== What to work on ==
Start at the line below containing "extrude(amount=-F5_DEPTH)" and stop at the line containing "A parametric FreeCAD". Repeat every line of that stretch exactly, and nothing outside it.

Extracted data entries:
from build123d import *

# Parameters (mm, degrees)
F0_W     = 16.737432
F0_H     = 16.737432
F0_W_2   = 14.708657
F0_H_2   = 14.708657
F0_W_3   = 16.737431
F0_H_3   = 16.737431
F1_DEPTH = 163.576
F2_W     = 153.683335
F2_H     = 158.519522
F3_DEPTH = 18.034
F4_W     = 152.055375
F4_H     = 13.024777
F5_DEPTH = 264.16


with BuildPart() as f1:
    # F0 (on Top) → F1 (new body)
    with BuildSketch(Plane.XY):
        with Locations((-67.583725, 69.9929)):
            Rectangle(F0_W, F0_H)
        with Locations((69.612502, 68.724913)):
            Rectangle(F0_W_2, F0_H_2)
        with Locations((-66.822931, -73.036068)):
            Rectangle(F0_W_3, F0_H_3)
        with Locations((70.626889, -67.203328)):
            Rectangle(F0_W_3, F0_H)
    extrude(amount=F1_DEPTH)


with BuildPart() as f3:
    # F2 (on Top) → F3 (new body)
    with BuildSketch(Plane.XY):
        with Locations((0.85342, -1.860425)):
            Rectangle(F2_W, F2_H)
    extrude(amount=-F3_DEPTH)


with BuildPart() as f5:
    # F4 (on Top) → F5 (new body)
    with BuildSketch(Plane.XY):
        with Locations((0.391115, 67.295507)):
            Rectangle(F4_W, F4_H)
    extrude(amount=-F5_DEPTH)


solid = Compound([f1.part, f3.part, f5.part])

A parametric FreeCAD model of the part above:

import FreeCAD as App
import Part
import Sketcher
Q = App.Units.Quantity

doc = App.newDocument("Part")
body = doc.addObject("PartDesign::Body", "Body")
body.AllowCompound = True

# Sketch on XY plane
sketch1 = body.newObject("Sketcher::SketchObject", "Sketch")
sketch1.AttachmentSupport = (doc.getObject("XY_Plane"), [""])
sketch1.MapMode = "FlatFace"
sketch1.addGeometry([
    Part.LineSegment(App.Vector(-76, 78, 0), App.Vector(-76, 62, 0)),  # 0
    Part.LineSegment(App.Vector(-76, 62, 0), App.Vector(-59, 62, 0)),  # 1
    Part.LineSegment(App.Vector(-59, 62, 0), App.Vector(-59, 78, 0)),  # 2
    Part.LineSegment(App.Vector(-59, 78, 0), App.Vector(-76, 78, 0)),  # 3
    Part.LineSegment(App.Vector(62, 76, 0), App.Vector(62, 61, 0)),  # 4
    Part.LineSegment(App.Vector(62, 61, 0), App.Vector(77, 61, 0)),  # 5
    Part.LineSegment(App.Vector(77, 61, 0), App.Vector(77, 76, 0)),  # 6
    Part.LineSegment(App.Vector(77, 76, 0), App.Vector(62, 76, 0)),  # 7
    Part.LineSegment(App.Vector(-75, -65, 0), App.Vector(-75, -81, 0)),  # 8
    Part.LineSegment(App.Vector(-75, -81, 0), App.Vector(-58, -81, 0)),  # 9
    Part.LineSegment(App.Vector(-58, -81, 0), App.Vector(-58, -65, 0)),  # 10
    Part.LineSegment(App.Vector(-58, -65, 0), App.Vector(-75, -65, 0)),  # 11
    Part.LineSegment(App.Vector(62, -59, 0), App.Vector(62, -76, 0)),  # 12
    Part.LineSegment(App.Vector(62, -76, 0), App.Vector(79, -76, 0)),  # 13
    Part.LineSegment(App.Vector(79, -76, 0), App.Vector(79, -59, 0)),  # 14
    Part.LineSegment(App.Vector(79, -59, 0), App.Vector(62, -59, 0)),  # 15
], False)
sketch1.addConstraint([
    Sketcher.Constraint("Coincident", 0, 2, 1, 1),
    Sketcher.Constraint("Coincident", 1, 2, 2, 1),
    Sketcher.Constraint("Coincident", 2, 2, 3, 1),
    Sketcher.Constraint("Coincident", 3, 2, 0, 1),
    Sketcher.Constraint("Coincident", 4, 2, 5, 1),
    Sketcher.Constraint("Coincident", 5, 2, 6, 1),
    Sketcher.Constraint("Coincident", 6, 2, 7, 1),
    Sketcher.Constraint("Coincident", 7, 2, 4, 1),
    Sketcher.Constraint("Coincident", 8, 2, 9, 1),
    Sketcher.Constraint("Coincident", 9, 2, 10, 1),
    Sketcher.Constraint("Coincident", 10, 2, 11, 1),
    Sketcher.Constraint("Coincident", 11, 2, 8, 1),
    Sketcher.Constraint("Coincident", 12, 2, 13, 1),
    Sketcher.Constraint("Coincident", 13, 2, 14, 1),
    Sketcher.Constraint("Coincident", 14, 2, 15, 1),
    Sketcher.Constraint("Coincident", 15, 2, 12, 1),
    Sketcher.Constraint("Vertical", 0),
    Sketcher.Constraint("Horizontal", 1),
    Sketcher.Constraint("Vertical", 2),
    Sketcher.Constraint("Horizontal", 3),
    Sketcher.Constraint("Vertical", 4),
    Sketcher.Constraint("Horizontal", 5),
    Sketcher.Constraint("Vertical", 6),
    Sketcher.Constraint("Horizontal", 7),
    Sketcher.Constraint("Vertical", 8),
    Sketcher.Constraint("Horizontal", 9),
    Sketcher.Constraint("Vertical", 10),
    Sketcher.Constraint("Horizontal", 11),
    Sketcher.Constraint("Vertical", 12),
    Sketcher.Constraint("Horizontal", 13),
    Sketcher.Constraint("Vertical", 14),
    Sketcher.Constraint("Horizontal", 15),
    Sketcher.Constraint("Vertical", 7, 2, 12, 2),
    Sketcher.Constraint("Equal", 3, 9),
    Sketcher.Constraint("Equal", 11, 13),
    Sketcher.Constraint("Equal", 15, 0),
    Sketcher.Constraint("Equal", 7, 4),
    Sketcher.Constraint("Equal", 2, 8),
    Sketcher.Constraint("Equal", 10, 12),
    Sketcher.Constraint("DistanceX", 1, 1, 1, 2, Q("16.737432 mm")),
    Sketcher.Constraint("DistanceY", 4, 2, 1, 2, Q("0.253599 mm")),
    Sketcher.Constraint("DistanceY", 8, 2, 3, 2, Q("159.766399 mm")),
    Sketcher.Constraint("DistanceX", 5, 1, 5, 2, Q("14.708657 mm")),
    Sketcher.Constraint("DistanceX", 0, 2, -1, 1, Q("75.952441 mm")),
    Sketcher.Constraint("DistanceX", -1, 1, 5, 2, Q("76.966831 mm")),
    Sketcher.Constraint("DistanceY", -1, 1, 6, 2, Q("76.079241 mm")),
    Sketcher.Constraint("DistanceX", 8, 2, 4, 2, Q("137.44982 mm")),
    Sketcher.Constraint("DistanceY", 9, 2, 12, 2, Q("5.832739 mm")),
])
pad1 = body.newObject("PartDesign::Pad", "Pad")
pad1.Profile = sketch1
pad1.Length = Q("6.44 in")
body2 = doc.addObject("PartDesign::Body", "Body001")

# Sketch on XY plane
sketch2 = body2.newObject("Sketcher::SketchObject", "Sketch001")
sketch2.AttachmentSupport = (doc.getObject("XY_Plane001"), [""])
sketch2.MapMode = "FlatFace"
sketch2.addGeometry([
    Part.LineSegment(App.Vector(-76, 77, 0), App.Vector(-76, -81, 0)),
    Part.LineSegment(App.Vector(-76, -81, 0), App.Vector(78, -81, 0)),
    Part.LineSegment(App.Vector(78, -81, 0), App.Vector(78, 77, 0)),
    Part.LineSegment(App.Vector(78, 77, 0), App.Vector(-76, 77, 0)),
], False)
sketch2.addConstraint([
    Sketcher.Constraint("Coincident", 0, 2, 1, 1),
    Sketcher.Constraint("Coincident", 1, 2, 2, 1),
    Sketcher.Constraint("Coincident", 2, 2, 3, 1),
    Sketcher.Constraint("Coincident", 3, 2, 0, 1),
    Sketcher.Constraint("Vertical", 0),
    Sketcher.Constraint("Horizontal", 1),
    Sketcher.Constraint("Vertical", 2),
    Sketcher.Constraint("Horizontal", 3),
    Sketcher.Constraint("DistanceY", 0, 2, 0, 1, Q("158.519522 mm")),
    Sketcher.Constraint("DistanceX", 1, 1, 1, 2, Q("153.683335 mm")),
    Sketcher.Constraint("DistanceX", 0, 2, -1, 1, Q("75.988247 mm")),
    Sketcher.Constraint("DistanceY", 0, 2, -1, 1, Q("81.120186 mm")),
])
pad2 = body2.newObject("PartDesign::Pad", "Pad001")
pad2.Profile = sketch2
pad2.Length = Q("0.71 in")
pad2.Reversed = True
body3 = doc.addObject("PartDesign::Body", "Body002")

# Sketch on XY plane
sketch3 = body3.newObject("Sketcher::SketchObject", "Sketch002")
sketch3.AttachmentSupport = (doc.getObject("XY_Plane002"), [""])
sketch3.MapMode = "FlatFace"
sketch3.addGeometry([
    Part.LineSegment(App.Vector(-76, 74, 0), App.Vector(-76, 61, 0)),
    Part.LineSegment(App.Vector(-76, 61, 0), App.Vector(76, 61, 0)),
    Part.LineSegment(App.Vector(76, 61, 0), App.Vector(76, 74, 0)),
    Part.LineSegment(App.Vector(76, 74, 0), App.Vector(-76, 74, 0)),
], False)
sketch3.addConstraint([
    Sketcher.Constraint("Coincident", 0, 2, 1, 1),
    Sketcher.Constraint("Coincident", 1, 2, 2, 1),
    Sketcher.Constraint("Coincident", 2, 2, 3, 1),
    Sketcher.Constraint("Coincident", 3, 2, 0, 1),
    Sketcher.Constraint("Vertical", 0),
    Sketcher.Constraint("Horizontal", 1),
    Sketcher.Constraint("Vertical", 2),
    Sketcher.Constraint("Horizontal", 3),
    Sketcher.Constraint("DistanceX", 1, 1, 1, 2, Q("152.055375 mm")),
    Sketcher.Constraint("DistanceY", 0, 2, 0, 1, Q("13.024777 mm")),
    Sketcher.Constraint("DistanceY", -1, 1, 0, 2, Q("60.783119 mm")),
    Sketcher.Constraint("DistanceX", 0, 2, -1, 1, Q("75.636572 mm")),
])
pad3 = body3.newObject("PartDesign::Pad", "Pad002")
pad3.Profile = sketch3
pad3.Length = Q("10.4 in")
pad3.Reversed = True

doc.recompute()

== Solution to the exercise ==
    extrude(amount=-F5_DEPTH)


solid = Compound([f1.part, f3.part, f5.part])

A parametric FreeCAD model of the part above:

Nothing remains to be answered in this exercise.